* _WHAT THIS TASK INVOLVES_
Beneath this line are the data; copy exactly the part of them that opens with the line containing "f 346 345 459" and closes with the line containing "f 468 393 177", and only that part.
-------- DATA SUPPLIED
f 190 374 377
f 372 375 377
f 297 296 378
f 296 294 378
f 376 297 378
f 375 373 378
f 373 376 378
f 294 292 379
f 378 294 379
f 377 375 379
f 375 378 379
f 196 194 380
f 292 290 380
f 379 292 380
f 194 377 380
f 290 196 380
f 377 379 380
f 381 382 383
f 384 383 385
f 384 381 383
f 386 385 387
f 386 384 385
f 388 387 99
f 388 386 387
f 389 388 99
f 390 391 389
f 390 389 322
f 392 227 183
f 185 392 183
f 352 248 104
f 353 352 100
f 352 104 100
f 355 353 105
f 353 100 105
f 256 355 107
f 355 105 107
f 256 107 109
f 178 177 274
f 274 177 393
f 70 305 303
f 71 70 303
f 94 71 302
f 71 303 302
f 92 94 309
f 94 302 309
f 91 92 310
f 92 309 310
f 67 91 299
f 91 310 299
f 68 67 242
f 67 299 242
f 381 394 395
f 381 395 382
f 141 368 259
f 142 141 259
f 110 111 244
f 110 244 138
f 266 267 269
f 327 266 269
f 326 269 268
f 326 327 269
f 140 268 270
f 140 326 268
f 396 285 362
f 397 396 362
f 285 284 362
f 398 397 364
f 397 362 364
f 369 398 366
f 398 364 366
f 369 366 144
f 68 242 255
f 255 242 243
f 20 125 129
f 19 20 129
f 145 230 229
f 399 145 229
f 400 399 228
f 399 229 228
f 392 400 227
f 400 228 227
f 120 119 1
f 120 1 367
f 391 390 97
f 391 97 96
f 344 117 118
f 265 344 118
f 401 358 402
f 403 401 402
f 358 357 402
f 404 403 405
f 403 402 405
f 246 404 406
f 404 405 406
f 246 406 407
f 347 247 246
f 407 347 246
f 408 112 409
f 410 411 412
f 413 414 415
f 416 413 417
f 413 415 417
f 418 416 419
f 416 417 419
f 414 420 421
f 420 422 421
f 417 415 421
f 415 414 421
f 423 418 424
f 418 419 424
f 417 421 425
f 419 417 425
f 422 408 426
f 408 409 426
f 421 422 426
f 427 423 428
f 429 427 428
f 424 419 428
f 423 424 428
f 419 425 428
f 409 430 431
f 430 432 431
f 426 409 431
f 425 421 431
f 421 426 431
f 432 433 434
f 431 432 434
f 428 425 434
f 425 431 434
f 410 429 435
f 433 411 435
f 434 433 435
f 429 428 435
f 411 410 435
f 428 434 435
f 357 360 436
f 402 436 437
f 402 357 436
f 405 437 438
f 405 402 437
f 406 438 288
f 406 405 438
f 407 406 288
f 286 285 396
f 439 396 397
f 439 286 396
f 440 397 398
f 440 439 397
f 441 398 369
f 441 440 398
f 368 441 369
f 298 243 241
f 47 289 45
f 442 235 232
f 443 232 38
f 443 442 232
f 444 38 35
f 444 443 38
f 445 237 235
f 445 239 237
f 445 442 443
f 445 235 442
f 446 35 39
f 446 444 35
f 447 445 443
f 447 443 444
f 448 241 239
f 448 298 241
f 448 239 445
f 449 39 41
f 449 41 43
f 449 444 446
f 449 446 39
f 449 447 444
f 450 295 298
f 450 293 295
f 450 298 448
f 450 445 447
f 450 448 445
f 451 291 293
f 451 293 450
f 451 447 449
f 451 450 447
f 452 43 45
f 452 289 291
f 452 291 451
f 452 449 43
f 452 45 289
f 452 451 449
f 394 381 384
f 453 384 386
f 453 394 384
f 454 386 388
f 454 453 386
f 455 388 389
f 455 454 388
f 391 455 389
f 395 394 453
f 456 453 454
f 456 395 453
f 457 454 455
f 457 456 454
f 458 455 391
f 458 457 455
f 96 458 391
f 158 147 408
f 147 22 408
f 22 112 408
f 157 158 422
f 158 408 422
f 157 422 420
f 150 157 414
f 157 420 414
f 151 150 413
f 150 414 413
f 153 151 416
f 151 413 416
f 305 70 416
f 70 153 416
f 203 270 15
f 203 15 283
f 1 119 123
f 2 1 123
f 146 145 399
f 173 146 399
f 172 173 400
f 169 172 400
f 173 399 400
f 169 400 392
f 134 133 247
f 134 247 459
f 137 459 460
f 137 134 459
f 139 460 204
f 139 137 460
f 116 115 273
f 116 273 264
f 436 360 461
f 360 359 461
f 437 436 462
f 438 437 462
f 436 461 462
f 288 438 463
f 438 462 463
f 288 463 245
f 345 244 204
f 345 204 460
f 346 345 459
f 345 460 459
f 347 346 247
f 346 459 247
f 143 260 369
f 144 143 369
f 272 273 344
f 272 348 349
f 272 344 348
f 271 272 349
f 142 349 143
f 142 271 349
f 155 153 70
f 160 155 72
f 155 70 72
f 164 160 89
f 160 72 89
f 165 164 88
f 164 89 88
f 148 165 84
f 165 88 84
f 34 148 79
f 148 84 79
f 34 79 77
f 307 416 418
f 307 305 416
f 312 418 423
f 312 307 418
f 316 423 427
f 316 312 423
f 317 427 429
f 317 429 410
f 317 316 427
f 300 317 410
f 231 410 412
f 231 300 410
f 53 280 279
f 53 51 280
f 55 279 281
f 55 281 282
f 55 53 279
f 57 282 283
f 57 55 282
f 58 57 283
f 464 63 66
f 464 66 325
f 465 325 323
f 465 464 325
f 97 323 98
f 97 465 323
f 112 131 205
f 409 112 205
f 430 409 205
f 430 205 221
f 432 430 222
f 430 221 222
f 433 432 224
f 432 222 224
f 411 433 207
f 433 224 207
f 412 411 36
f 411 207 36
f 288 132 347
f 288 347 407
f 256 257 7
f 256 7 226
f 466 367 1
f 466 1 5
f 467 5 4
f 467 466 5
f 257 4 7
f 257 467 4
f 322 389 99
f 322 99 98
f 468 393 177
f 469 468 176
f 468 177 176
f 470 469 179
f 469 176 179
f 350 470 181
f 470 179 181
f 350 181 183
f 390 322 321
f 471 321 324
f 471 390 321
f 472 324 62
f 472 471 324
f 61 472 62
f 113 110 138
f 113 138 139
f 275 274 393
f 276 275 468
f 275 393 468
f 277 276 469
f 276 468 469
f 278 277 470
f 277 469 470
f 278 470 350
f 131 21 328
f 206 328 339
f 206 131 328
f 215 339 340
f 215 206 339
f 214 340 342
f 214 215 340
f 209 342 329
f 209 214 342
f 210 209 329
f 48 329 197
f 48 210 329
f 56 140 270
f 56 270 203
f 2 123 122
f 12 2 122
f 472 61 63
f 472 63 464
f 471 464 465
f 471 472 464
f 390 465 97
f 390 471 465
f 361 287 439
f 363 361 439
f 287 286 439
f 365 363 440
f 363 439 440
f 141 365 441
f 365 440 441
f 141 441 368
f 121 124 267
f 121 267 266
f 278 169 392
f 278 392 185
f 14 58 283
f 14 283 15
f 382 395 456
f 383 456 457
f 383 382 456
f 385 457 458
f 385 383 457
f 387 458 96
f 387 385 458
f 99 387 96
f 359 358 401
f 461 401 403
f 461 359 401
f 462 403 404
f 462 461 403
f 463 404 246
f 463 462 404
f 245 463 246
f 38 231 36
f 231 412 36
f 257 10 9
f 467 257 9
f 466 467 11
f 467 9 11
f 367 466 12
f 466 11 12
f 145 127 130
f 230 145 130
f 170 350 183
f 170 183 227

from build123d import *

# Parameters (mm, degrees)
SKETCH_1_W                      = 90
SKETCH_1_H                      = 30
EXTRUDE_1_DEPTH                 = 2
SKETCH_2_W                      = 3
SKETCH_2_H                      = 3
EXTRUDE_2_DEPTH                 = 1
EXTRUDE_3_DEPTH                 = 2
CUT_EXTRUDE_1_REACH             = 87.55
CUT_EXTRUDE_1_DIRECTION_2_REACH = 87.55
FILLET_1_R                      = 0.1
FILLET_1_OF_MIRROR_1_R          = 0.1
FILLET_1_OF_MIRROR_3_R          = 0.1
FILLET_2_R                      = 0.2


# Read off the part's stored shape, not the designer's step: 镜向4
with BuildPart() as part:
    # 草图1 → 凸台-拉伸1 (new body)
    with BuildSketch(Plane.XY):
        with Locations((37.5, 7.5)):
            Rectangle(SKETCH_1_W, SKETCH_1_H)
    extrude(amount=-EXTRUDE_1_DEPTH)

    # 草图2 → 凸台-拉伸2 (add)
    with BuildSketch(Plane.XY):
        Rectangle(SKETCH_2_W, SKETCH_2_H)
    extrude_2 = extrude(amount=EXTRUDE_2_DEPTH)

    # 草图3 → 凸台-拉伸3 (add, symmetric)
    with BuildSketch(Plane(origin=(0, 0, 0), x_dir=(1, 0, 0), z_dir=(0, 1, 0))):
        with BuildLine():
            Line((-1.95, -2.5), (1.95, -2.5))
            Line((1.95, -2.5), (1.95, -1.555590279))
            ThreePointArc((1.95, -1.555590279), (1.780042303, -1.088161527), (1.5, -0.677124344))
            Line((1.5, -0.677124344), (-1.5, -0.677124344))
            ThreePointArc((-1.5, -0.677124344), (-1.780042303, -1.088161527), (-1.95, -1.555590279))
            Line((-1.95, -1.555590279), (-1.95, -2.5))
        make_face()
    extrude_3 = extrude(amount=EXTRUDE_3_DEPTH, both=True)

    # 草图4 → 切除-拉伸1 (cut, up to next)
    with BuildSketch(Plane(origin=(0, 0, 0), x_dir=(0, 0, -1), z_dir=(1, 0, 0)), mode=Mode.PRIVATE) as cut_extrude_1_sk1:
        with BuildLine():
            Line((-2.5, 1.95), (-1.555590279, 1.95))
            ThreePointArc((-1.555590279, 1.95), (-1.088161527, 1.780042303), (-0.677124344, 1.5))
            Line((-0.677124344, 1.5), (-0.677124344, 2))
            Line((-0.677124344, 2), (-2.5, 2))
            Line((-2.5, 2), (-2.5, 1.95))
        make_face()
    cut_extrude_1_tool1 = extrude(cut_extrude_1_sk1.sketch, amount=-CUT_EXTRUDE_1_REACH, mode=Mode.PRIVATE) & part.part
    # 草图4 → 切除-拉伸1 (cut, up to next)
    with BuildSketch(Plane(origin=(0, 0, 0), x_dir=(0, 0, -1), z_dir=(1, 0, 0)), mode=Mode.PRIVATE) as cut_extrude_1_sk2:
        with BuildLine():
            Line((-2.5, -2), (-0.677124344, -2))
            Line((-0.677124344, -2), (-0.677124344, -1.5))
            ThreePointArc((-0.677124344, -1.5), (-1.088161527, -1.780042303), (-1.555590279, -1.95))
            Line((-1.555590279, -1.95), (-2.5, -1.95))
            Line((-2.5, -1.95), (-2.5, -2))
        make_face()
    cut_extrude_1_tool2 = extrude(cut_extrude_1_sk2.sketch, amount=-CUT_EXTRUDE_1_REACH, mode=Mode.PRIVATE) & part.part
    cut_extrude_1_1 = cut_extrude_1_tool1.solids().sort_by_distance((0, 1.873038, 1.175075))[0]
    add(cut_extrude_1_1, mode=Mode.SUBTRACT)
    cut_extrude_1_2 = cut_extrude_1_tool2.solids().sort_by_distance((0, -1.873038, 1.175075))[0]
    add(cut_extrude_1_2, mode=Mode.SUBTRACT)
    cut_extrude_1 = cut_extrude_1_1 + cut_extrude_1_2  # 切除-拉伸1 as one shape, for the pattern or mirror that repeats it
----------------
* _THE COMPLETED TASK_
f 346 345 459
f 345 460 459
f 347 346 247
f 346 459 247
f 143 260 369
f 144 143 369
f 272 273 344
f 272 348 349
f 272 344 348
f 271 272 349
f 142 349 143
f 142 271 349
f 155 153 70
f 160 155 72
f 155 70 72
f 164 160 89
f 160 72 89
f 165 164 88
f 164 89 88
f 148 165 84
f 165 88 84
f 34 148 79
f 148 84 79
f 34 79 77
f 307 416 418
f 307 305 416
f 312 418 423
f 312 307 418
f 316 423 427
f 316 312 423
f 317 427 429
f 317 429 410
f 317 316 427
f 300 317 410
f 231 410 412
f 231 300 410
f 53 280 279
f 53 51 280
f 55 279 281
f 55 281 282
f 55 53 279
f 57 282 283
f 57 55 282
f 58 57 283
f 464 63 66
f 464 66 325
f 465 325 323
f 465 464 325
f 97 323 98
f 97 465 323
f 112 131 205
f 409 112 205
f 430 409 205
f 430 205 221
f 432 430 222
f 430 221 222
f 433 432 224
f 432 222 224
f 411 433 207
f 433 224 207
f 412 411 36
f 411 207 36
f 288 132 347
f 288 347 407
f 256 257 7
f 256 7 226
f 466 367 1
f 466 1 5
f 467 5 4
f 467 466 5
f 257 4 7
f 257 467 4
f 322 389 99
f 322 99 98
f 468 393 177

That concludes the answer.